**Exercise goal:** Begin at the line containing "#42=AXIS2_PLACEMENT_3D('',#41,#16,#17);" in the data below and go on through the line containing "#106=ADVANCED_BREP_SHAPE_REPRESENTATION('',(#105),#12);", repeating each line exactly; include both ends and no other line.

(Beginning of Material for this exercise)

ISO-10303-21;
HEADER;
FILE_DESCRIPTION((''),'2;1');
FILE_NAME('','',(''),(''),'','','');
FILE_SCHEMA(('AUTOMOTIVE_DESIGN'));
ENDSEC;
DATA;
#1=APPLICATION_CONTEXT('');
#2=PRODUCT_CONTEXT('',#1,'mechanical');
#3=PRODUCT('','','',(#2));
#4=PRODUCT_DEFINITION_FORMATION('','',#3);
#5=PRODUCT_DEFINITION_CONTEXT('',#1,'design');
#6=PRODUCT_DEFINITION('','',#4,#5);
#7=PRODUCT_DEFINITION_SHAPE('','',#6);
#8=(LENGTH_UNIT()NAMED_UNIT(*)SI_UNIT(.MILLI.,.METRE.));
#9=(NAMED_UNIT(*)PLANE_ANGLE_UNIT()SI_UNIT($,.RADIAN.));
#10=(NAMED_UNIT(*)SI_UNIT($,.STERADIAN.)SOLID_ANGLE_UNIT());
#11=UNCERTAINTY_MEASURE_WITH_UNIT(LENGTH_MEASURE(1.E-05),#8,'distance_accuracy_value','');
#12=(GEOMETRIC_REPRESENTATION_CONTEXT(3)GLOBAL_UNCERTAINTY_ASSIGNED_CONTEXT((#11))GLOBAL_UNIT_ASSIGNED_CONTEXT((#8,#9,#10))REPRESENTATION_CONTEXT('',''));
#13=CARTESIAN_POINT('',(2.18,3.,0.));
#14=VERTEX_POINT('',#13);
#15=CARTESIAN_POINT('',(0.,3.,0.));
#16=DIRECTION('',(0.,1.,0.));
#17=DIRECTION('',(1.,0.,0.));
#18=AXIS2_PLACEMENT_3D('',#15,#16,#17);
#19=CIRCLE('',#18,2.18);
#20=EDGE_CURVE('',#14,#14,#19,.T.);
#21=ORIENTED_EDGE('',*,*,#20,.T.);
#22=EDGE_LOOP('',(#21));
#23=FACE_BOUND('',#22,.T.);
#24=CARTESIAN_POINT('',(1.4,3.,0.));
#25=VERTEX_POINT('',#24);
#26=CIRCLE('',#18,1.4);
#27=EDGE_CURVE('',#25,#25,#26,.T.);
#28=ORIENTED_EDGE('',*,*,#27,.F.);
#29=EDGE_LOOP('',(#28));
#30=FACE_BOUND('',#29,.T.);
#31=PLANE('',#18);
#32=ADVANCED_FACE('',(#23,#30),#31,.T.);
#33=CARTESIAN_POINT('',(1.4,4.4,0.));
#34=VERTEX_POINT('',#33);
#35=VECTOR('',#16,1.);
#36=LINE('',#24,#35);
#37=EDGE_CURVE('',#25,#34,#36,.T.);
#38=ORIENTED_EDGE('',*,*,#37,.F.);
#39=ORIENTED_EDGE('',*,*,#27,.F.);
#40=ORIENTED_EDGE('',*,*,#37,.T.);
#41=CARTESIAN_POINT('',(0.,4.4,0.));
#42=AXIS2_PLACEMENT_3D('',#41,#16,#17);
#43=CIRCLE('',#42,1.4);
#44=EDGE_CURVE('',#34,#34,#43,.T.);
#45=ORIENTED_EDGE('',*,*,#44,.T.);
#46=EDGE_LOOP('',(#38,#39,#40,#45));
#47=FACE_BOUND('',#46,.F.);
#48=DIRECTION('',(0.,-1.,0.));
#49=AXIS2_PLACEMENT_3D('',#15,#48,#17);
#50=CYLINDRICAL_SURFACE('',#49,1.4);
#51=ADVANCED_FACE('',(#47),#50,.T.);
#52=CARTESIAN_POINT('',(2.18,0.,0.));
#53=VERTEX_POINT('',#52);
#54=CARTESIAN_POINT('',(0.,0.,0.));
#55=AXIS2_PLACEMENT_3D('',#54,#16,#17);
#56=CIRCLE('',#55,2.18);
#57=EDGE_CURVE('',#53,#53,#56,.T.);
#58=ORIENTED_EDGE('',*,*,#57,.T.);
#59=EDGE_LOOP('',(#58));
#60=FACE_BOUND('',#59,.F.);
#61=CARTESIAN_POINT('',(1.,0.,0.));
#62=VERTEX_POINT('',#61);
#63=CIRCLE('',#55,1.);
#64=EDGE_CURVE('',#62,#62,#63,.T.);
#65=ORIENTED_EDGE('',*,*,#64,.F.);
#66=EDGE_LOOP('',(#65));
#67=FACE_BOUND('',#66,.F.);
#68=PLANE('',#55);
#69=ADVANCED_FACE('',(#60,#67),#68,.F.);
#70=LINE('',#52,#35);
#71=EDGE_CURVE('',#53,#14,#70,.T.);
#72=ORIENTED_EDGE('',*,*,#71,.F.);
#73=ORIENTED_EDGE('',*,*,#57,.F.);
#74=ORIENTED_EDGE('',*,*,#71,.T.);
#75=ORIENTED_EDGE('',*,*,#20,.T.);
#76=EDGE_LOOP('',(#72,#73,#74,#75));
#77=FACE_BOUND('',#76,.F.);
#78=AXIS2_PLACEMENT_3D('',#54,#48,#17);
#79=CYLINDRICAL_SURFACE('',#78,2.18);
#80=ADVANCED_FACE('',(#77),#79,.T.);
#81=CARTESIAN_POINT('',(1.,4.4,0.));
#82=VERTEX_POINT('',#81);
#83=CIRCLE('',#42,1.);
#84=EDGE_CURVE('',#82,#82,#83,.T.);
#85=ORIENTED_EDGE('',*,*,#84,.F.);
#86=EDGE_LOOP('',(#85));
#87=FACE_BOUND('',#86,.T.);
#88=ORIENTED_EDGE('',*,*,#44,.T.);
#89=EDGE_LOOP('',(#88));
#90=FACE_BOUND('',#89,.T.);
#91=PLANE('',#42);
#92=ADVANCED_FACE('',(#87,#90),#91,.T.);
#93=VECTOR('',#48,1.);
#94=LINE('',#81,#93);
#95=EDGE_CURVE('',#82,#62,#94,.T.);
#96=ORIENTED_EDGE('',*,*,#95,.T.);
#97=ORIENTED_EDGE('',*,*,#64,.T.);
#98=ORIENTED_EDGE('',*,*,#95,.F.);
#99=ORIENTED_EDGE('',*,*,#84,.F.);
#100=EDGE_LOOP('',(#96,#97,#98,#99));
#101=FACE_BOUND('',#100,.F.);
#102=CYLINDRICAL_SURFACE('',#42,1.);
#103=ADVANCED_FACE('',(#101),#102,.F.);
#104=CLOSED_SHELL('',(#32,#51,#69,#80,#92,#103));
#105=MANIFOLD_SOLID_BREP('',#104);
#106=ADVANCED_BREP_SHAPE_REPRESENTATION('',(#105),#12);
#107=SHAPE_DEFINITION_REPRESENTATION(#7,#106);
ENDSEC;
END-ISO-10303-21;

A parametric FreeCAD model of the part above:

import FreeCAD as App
import Part
import Sketcher

V = App.Vector
Q = App.Units.Quantity

doc = App.newDocument("Part")
body = doc.addObject("PartDesign::Body", "Body")

# Sketch on XZ plane
sketch1 = body.newObject("Sketcher::SketchObject", "Sketch")
sketch1.AttachmentSupport = (doc.getObject("XZ_Plane"), [""])
sketch1.MapMode = "FlatFace"
sketch1.addGeometry(Part.Circle(V(0, 0, 0), V(0, 0, 1), 2.2), False)
sketch1.addConstraint([
    Sketcher.Constraint("Coincident", 0, 3, -1, 1),
    Sketcher.Constraint("Diameter", 0, Q("4.36 mm")),
])
pad1 = body.newObject("PartDesign::Pad", "Pad")
pad1.Profile = sketch1
pad1.Length = 3
pad1.Reversed = True

# Sketch on XZ plane
sketch2 = body.newObject("Sketcher::SketchObject", "Sketch001")
sketch2.AttachmentSupport = (doc.getObject("XZ_Plane"), [""])
sketch2.MapMode = "FlatFace"
sketch2.AttachmentOffset = App.Placement(V(0, 0, -3), App.Rotation())
sketch2.addGeometry(Part.Circle(V(0, 0, 0), V(0, 0, 1), 1.4), False)
sketch2.addConstraint([
    Sketcher.Constraint("Coincident", 0, 3, -1, 1),
    Sketcher.Constraint("Diameter", 0, Q("2.8 mm")),
])
pad2 = body.newObject("PartDesign::Pad", "Pad001")
pad2.Profile = sketch2
pad2.Length = 1.4
pad2.Reversed = True

# Sketch on XZ plane
sketch3 = body.newObject("Sketcher::SketchObject", "Sketch002")
sketch3.AttachmentSupport = (doc.getObject("XZ_Plane"), [""])
sketch3.MapMode = "FlatFace"
sketch3.AttachmentOffset = App.Placement(V(0, 0, -4.4), App.Rotation())
sketch3.addGeometry(Part.Circle(V(0, 0, 0), V(0, 0, 1), 1), False)
sketch3.addConstraint([
    Sketcher.Constraint("Coincident", 0, 3, -1, 1),
    Sketcher.Constraint("Diameter", 0, Q("2 mm")),
])
pocket1 = body.newObject("PartDesign::Pocket", "Pocket")
pocket1.Profile = sketch3
pocket1.Length = 10
pocket1.Reversed = True

doc.recompute()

(End of Material for this exercise)

**Solved problem:**
#42=AXIS2_PLACEMENT_3D('',#41,#16,#17);
#43=CIRCLE('',#42,1.4);
#44=EDGE_CURVE('',#34,#34,#43,.T.);
#45=ORIENTED_EDGE('',*,*,#44,.T.);
#46=EDGE_LOOP('',(#38,#39,#40,#45));
#47=FACE_BOUND('',#46,.F.);
#48=DIRECTION('',(0.,-1.,0.));
#49=AXIS2_PLACEMENT_3D('',#15,#48,#17);
#50=CYLINDRICAL_SURFACE('',#49,1.4);
#51=ADVANCED_FACE('',(#47),#50,.T.);
#52=CARTESIAN_POINT('',(2.18,0.,0.));
#53=VERTEX_POINT('',#52);
#54=CARTESIAN_POINT('',(0.,0.,0.));
#55=AXIS2_PLACEMENT_3D('',#54,#16,#17);
#56=CIRCLE('',#55,2.18);
#57=EDGE_CURVE('',#53,#53,#56,.T.);
#58=ORIENTED_EDGE('',*,*,#57,.T.);
#59=EDGE_LOOP('',(#58));
#60=FACE_BOUND('',#59,.F.);
#61=CARTESIAN_POINT('',(1.,0.,0.));
#62=VERTEX_POINT('',#61);
#63=CIRCLE('',#55,1.);
#64=EDGE_CURVE('',#62,#62,#63,.T.);
#65=ORIENTED_EDGE('',*,*,#64,.F.);
#66=EDGE_LOOP('',(#65));
#67=FACE_BOUND('',#66,.F.);
#68=PLANE('',#55);
#69=ADVANCED_FACE('',(#60,#67),#68,.F.);
#70=LINE('',#52,#35);
#71=EDGE_CURVE('',#53,#14,#70,.T.);
#72=ORIENTED_EDGE('',*,*,#71,.F.);
#73=ORIENTED_EDGE('',*,*,#57,.F.);
#74=ORIENTED_EDGE('',*,*,#71,.T.);
#75=ORIENTED_EDGE('',*,*,#20,.T.);
#76=EDGE_LOOP('',(#72,#73,#74,#75));
#77=FACE_BOUND('',#76,.F.);
#78=AXIS2_PLACEMENT_3D('',#54,#48,#17);
#79=CYLINDRICAL_SURFACE('',#78,2.18);
#80=ADVANCED_FACE('',(#77),#79,.T.);
#81=CARTESIAN_POINT('',(1.,4.4,0.));
#82=VERTEX_POINT('',#81);
#83=CIRCLE('',#42,1.);
#84=EDGE_CURVE('',#82,#82,#83,.T.);
#85=ORIENTED_EDGE('',*,*,#84,.F.);
#86=EDGE_LOOP('',(#85));
#87=FACE_BOUND('',#86,.T.);
#88=ORIENTED_EDGE('',*,*,#44,.T.);
#89=EDGE_LOOP('',(#88));
#90=FACE_BOUND('',#89,.T.);
#91=PLANE('',#42);
#92=ADVANCED_FACE('',(#87,#90),#91,.T.);
#93=VECTOR('',#48,1.);
#94=LINE('',#81,#93);
#95=EDGE_CURVE('',#82,#62,#94,.T.);
#96=ORIENTED_EDGE('',*,*,#95,.T.);
#97=ORIENTED_EDGE('',*,*,#64,.T.);
#98=ORIENTED_EDGE('',*,*,#95,.F.);
#99=ORIENTED_EDGE('',*,*,#84,.F.);
#100=EDGE_LOOP('',(#96,#97,#98,#99));
#101=FACE_BOUND('',#100,.F.);
#102=CYLINDRICAL_SURFACE('',#42,1.);
#103=ADVANCED_FACE('',(#101),#102,.F.);
#104=CLOSED_SHELL('',(#32,#51,#69,#80,#92,#103));
#105=MANIFOLD_SOLID_BREP('',#104);
#106=ADVANCED_BREP_SHAPE_REPRESENTATION('',(#105),#12);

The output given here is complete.